Книга Чужая шкура - Дидье ван Ковелер
Шрифт:
Интервал:
Закладка:
Брожу с чашкой по квартире, совсем пустой без щебета Плачидо. Я тщетно ищу себе неотложное дело, срочную работу, чтобы отвлечься от желтого конверта, поджидающего меня на секретере. Пытаюсь написать несколько подобающих обстоятельствам строк в ответ на те немногие растрогавшие меня соболезнования, но нужных слов не нахожу. Писать от имени Ланберга для газеты — это я могу, мало ли я таких статеек накропал, но вот надрывать душу, чтобы поблагодарить знакомых от своего имени, оказывается, выше моих сил. Мне так хочется, чтобы меня поскорей забыли, перестали замечать, вычеркнули. И только на одно-единственное письмо я действительно хочу ответить, только вот не знаю как, и не могу решиться.

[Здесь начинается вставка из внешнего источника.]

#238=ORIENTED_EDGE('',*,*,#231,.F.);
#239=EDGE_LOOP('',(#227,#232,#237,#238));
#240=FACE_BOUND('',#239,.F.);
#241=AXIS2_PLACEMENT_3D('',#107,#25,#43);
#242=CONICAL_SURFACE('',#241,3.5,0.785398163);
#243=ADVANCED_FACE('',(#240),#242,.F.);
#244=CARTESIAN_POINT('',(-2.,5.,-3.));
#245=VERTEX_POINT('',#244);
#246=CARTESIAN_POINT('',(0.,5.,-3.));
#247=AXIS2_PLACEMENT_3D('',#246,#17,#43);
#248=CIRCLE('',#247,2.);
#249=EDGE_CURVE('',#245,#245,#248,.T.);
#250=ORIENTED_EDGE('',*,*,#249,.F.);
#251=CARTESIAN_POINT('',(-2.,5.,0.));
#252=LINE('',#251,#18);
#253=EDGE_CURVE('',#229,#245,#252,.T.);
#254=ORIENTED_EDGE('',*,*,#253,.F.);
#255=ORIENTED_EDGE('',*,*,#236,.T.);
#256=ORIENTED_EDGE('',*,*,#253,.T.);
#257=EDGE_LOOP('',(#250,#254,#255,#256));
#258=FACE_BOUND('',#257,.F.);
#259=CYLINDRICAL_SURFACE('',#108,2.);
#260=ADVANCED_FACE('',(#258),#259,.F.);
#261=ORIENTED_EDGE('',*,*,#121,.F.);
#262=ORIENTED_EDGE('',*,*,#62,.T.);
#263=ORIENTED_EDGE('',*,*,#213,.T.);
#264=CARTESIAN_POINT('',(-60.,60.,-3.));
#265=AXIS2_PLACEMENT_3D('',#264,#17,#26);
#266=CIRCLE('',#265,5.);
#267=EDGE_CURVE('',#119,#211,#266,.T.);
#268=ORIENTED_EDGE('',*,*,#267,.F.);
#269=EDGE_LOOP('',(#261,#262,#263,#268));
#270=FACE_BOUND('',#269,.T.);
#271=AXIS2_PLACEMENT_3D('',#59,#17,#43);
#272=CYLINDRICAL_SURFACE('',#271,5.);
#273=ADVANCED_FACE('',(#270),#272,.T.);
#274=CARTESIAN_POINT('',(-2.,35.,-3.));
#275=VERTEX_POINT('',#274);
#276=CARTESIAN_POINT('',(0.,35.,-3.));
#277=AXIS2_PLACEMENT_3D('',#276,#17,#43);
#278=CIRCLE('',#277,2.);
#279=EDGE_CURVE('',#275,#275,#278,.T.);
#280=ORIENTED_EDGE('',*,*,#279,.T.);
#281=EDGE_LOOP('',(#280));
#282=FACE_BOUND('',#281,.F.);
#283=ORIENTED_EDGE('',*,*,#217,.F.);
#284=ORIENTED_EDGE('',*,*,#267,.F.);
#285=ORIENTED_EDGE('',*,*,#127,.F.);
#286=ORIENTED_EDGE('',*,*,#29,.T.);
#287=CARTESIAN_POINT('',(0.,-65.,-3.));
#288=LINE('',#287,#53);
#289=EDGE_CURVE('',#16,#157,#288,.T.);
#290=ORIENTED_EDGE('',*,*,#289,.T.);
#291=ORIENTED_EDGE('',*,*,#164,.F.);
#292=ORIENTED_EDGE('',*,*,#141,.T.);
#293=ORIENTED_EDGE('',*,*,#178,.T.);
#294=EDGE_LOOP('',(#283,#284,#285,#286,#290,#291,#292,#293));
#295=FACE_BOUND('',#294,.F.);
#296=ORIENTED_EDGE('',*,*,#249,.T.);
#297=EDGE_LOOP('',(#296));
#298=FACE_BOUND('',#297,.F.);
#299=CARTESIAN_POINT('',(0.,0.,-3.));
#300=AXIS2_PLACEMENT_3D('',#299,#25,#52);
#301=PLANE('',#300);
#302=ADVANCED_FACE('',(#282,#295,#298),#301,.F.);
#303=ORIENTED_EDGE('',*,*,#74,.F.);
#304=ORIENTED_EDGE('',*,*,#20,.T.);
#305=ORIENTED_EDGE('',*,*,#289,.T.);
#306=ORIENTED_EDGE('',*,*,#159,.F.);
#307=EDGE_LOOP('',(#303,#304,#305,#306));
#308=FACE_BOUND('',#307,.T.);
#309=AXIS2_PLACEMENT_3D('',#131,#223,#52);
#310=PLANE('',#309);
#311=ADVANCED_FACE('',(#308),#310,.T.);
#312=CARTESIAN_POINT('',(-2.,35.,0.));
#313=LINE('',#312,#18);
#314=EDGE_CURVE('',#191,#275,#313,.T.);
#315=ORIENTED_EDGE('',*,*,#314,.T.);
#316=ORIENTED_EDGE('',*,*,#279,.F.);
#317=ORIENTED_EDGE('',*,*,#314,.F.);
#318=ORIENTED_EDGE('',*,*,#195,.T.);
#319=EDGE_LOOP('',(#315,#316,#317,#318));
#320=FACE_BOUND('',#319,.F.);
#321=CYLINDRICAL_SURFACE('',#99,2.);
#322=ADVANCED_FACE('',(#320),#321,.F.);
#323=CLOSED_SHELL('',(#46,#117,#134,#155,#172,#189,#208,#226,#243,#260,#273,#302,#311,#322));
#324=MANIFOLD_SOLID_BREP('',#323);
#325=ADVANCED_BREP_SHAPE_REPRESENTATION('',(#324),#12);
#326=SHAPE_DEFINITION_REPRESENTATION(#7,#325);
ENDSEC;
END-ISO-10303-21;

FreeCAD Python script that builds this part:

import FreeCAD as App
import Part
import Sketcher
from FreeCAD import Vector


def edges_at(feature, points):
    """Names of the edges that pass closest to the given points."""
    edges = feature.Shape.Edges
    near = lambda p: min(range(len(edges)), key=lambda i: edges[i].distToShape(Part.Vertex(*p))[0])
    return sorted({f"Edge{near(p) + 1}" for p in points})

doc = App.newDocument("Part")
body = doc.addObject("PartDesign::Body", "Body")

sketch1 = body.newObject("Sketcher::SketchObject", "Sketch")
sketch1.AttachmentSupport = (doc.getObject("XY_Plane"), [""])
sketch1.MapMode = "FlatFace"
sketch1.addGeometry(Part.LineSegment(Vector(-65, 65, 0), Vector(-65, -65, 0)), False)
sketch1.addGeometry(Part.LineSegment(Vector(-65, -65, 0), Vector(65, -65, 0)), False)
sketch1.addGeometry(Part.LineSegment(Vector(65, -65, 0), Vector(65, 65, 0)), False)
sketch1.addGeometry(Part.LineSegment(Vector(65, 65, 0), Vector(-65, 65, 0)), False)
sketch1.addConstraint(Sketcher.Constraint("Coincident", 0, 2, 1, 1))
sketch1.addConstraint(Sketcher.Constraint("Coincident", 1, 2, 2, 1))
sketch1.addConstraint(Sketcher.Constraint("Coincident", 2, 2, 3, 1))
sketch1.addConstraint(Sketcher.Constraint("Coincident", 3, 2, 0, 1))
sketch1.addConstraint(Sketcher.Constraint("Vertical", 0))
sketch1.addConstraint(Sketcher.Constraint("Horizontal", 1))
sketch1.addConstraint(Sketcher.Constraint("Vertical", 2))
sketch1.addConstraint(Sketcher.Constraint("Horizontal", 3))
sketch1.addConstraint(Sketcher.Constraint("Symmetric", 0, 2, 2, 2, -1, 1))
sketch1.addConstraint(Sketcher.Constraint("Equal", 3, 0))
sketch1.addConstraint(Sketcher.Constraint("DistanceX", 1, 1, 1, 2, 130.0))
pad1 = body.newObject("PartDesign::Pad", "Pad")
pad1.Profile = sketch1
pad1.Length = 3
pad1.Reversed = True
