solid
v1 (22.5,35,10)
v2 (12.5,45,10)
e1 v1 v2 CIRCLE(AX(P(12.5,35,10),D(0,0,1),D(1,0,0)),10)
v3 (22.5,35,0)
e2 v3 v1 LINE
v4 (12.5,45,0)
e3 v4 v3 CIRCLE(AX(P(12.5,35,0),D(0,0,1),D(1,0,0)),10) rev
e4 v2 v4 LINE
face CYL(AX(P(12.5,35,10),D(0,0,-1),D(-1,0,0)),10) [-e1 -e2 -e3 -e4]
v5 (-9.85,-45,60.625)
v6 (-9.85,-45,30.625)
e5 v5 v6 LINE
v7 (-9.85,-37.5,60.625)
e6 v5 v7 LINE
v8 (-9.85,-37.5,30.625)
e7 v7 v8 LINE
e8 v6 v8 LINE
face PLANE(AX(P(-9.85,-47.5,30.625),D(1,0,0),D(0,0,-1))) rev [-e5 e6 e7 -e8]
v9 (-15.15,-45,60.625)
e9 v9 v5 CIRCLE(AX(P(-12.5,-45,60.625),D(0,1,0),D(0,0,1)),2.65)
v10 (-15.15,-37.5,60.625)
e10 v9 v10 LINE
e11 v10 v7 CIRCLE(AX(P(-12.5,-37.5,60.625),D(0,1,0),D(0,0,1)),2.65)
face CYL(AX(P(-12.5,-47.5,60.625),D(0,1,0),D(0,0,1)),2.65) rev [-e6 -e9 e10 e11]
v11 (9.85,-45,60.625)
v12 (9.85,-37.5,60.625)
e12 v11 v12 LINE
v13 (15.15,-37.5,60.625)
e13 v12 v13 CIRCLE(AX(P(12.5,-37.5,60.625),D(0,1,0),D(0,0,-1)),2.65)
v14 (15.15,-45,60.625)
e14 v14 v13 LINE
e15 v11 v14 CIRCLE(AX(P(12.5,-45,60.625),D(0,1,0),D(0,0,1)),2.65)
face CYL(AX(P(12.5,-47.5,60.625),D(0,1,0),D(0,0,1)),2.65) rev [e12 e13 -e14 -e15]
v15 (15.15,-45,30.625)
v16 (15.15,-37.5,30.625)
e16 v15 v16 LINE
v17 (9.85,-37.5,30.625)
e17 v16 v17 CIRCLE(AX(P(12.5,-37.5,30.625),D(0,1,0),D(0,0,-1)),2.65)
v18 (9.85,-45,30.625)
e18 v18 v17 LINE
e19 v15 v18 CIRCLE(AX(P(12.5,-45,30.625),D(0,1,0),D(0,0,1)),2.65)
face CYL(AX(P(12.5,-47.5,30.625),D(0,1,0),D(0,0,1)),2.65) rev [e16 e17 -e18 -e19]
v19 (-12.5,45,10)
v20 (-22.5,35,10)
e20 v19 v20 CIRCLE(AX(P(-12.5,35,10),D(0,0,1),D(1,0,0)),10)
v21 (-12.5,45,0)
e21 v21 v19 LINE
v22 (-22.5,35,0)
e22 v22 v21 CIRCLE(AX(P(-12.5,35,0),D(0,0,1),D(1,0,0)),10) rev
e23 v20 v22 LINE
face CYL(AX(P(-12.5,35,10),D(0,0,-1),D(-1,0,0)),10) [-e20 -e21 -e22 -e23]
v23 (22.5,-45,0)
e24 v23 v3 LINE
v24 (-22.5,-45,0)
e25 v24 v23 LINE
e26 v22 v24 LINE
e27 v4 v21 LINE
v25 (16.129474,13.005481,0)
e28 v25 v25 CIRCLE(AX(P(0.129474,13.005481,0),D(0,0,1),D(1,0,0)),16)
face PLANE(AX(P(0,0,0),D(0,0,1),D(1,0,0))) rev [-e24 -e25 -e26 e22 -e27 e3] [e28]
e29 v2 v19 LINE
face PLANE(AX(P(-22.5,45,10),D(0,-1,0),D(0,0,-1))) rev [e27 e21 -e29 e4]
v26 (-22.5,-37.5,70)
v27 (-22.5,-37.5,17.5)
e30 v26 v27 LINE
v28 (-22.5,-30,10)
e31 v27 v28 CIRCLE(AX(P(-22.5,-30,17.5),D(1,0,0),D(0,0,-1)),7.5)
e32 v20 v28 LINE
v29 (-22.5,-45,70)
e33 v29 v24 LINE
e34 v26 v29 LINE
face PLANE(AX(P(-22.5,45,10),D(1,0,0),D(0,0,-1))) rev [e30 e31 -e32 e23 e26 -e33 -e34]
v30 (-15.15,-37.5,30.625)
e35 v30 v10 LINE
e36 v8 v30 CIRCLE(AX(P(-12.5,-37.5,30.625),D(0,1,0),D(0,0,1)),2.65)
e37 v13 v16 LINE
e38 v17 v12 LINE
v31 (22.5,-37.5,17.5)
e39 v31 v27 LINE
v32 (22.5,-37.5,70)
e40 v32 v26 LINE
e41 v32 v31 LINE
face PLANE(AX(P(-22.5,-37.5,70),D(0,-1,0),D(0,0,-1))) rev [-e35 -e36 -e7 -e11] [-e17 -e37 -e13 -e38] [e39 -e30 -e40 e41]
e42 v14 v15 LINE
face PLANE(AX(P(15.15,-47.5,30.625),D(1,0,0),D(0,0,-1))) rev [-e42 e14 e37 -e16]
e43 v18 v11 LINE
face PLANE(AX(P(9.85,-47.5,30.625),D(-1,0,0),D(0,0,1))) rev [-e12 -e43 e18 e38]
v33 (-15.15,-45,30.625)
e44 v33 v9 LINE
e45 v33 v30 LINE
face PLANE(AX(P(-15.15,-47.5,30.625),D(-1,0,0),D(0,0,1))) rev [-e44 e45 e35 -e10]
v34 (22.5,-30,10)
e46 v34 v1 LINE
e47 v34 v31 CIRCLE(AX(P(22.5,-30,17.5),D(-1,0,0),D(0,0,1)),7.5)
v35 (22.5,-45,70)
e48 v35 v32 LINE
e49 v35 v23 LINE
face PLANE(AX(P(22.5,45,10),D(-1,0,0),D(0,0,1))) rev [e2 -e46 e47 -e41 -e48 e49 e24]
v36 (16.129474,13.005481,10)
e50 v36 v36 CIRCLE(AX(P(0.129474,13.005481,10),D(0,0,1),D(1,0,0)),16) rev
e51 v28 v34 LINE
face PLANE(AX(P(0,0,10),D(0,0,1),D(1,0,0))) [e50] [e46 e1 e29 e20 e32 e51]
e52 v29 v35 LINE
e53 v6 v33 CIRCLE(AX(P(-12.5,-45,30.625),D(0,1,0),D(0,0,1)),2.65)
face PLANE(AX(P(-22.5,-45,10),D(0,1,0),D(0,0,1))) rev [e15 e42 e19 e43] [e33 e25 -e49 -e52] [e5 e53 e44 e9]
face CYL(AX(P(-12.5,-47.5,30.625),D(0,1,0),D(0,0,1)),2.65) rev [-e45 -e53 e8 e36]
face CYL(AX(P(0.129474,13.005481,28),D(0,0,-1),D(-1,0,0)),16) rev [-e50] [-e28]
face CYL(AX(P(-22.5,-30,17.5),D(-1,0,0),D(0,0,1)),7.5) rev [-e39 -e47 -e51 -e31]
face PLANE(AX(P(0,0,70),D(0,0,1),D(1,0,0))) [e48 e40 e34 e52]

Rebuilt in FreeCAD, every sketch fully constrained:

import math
import FreeCAD as App
import Part
import Sketcher
Q = App.Units.Quantity


def edges_at(feature, points):
    """Names of the edges that pass closest to the given points."""
    edges = feature.Shape.Edges
    near = lambda p: min(range(len(edges)), key=lambda i: edges[i].distToShape(Part.Vertex(*p))[0])
    return sorted({f"Edge{near(p) + 1}" for p in points})

doc = App.newDocument("Part")
body = doc.addObject("PartDesign::Body", "Body")

# Sketch on XY plane
sketch1 = doc.addObject("Sketcher::SketchObject", "Sketch")
body.addObject(sketch1)
sketch1.AttachmentSupport = (doc.XY_Plane, [""])
sketch1.MapMode = "FlatFace"
sketch1.addGeometry([
    Part.LineSegment(App.Vector(-22, 45, 0), App.Vector(-22, -45, 0)),
    Part.LineSegment(App.Vector(-22, -45, 0), App.Vector(22, -45, 0)),
    Part.LineSegment(App.Vector(22, -45, 0), App.Vector(22, 45, 0)),
    Part.LineSegment(App.Vector(22, 45, 0), App.Vector(-22, 45, 0)),
], False)
sketch1.addConstraint([
    Sketcher.Constraint("Coincident", 0, 2, 1, 1),
    Sketcher.Constraint("Coincident", 1, 2, 2, 1),
    Sketcher.Constraint("Coincident", 2, 2, 3, 1),
    Sketcher.Constraint("Coincident", 3, 2, 0, 1),
    Sketcher.Constraint("Vertical", 0),
    Sketcher.Constraint("Horizontal", 1),
    Sketcher.Constraint("Vertical", 2),
    Sketcher.Constraint("Horizontal", 3),
    Sketcher.Constraint("Symmetric", 0, 2, 2, 2, -1, 1),
    Sketcher.Constraint("DistanceX", 1, 1, 1, 2, Q("45 mm")),
    Sketcher.Constraint("DistanceY", 0, 2, 0, 1, Q("90 mm")),
])
pad1 = doc.addObject("PartDesign::Pad", "Pad")
body.addObject(pad1)
pad1.Profile = sketch1
pad1.Length = 10

# Sketch on XY plane
sketch2 = doc.addObject("Sketcher::SketchObject", "Sketch001")
body.addObject(sketch2)
sketch2.AttachmentSupport = (doc.XY_Plane, [""])
sketch2.MapMode = "FlatFace"
sketch2.addGeometry(Part.Circle(App.Vector(0, 13, 0), App.Vector(0, 0, 1), 16), False)
sketch2.addConstraint([
    Sketcher.Constraint("Diameter", 0, Q("32 mm")),
    Sketcher.Constraint("DistanceY", -1, 1, 0, 3, Q("13.005481 mm")),
    Sketcher.Constraint("DistanceX", -1, 1, 0, 3, Q("0.129474 mm")),
])
pocket1 = doc.addObject("PartDesign::Pocket", "Pocket")
body.addObject(pocket1)
pocket1.Profile = sketch2
pocket1.Length = 28
pocket1.Reversed = True
doc.recompute()

fillet = doc.addObject("PartDesign::Fillet", "Fillet")
body.addObject(fillet)
fillet.Base = (pocket1, edges_at(pocket1, [(-22.5, 45, 5), (22.5, 45, 5)]))
fillet.Radius = 10

# Sketch on XY plane
sketch3 = doc.addObject("Sketcher::SketchObject", "Sketch002")
body.addObject(sketch3)
sketch3.AttachmentSupport = (doc.XY_Plane, [""])
sketch3.MapMode = "FlatFace"
sketch3.AttachmentOffset = App.Placement(App.Vector(0, 0, 10), App.Rotation())
sketch3.addGeometry([
    Part.LineSegment(App.Vector(-22, -38, 0), App.Vector(-22, -45, 0)),
    Part.LineSegment(App.Vector(-22, -45, 0), App.Vector(22, -45, 0)),
    Part.LineSegment(App.Vector(22, -45, 0), App.Vector(22, -38, 0)),
    Part.LineSegment(App.Vector(22, -38, 0), App.Vector(-22, -38, 0)),
], False)
sketch3.addConstraint([
    Sketcher.Constraint("Coincident", 0, 2, 1, 1),
    Sketcher.Constraint("Coincident", 1, 2, 2, 1),
    Sketcher.Constraint("Coincident", 2, 2, 3, 1),
    Sketcher.Constraint("Coincident", 3, 2, 0, 1),
    Sketcher.Constraint("Vertical", 0),
    Sketcher.Constraint("Horizontal", 1),
    Sketcher.Constraint("Vertical", 2),
    Sketcher.Constraint("Horizontal", 3),
    Sketcher.Constraint("DistanceX", 1, 1, 1, 2, Q("45 mm")),
    Sketcher.Constraint("DistanceY", 0, 2, 0, 1, Q("7.5 mm")),
    Sketcher.Constraint("DistanceY", 0, 2, -1, 1, Q("45 mm")),
    Sketcher.Constraint("DistanceX", 0, 2, -1, 1, Q("22.5 mm")),
])
pad2 = doc.addObject("PartDesign::Pad", "Pad001")
body.addObject(pad2)
pad2.Profile = sketch3
pad2.Length = 60
doc.recompute()

fillet2 = doc.addObject("PartDesign::Fillet", "Fillet001")
body.addObject(fillet2)
fillet2.Base = (pad2, edges_at(pad2, [(0, -37.5, 10)]))
fillet2.Radius = 7.5

# Sketch on XZ plane
sketch4 = doc.addObject("Sketcher::SketchObject", "Sketch003")
body.addObject(sketch4)
sketch4.AttachmentSupport = (doc.XZ_Plane, [""])
sketch4.MapMode = "FlatFace"
sketch4.AttachmentOffset = App.Placement(App.Vector(0, 0, 37.5), App.Rotation())
sketch4.addGeometry([
    Part.LineSegment(App.Vector(-9.8, 60.6, 0), App.Vector(-9.8, 30.6, 0)),  # 0
    Part.ArcOfCircle(Part.Circle(App.Vector(-12.5, 30.6, 0), App.Vector(0, 0, 1), 2.6), math.radians(180), math.radians(360)),  # 1
    Part.LineSegment(App.Vector(-15.2, 30.6, 0), App.Vector(-15.2, 60.6, 0)),  # 2
    Part.ArcOfCircle(Part.Circle(App.Vector(-12.5, 60.6, 0), App.Vector(0, 0, 1), 2.6), math.radians(0), math.radians(180)),  # 3
    Part.LineSegment(App.Vector(9.8, 30.6, 0), App.Vector(9.8, 60.6, 0)),  # 4
    Part.ArcOfCircle(Part.Circle(App.Vector(12.5, 60.6, 0), App.Vector(0, 0, 1), 2.6), math.radians(0), math.radians(180)),  # 5
    Part.LineSegment(App.Vector(15.2, 60.6, 0), App.Vector(15.2, 30.6, 0)),  # 6
    Part.ArcOfCircle(Part.Circle(App.Vector(12.5, 30.6, 0), App.Vector(0, 0, 1), 2.6), math.radians(180), math.radians(360)),  # 7
], False)
sketch4.addConstraint([
    Sketcher.Constraint("Tangent", 0, 2, 1, 2),
    Sketcher.Constraint("Tangent", 1, 1, 2, 1),
    Sketcher.Constraint("Tangent", 2, 2, 3, 2),
    Sketcher.Constraint("Tangent", 3, 1, 0, 1),
    Sketcher.Constraint("Tangent", 4, 2, 5, 2),
    Sketcher.Constraint("Tangent", 5, 1, 6, 1),
    Sketcher.Constraint("Tangent", 6, 2, 7, 2),
    Sketcher.Constraint("Tangent", 7, 1, 4, 1),
    Sketcher.Constraint("Vertical", 0),
    Sketcher.Constraint("Vertical", 2),
    Sketcher.Constraint("Vertical", 4),
    Sketcher.Constraint("Vertical", 6),
    Sketcher.Constraint("Equal", 3, 5),
    Sketcher.Constraint("Symmetric", 3, 3, 5, 3, -2),
    Sketcher.Constraint("Horizontal", 1, 3, 7, 3),
    Sketcher.Constraint("DistanceY", 0, 2, 0, 1, Q("30 mm")),
    Sketcher.Constraint("Radius", 1, Q("2.65 mm")),
    Sketcher.Constraint("DistanceX", 3, 3, 5, 3, Q("25 mm")),
    Sketcher.Constraint("DistanceY", -1, 1, 1, 3, Q("30.625 mm")),
])
pocket2 = doc.addObject("PartDesign::Pocket", "Pocket001")
body.addObject(pocket2)
pocket2.Profile = sketch4
pocket2.Length = 10
pocket2.Reversed = True

doc.recompute()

И все же, ссутулясь над крышкой секретера, заполняю несколько страниц словами «Ришар Глен», в надежде восстановить почерк и подпись восемнадцатилетнего юноши. Но я выбрал неправильный путь. Даже если автор романа пребывал в состоянии анабиоза вплоть до получения письма от этой девушки, и у нее создалось впечатление, что они ровесники, все равно сегодня они не могут смотреть на жизнь одинаково, не могут у них быть одни и те же ценности и ориентиры, и те чувства, которые он смог бы выразить, будут совершенно непонятны для ее поколения. Ничего тут не поделаешь, вряд ли это пойдет на пользу Карин Денель, если предположить, что она все же получит ответ на свое письмо.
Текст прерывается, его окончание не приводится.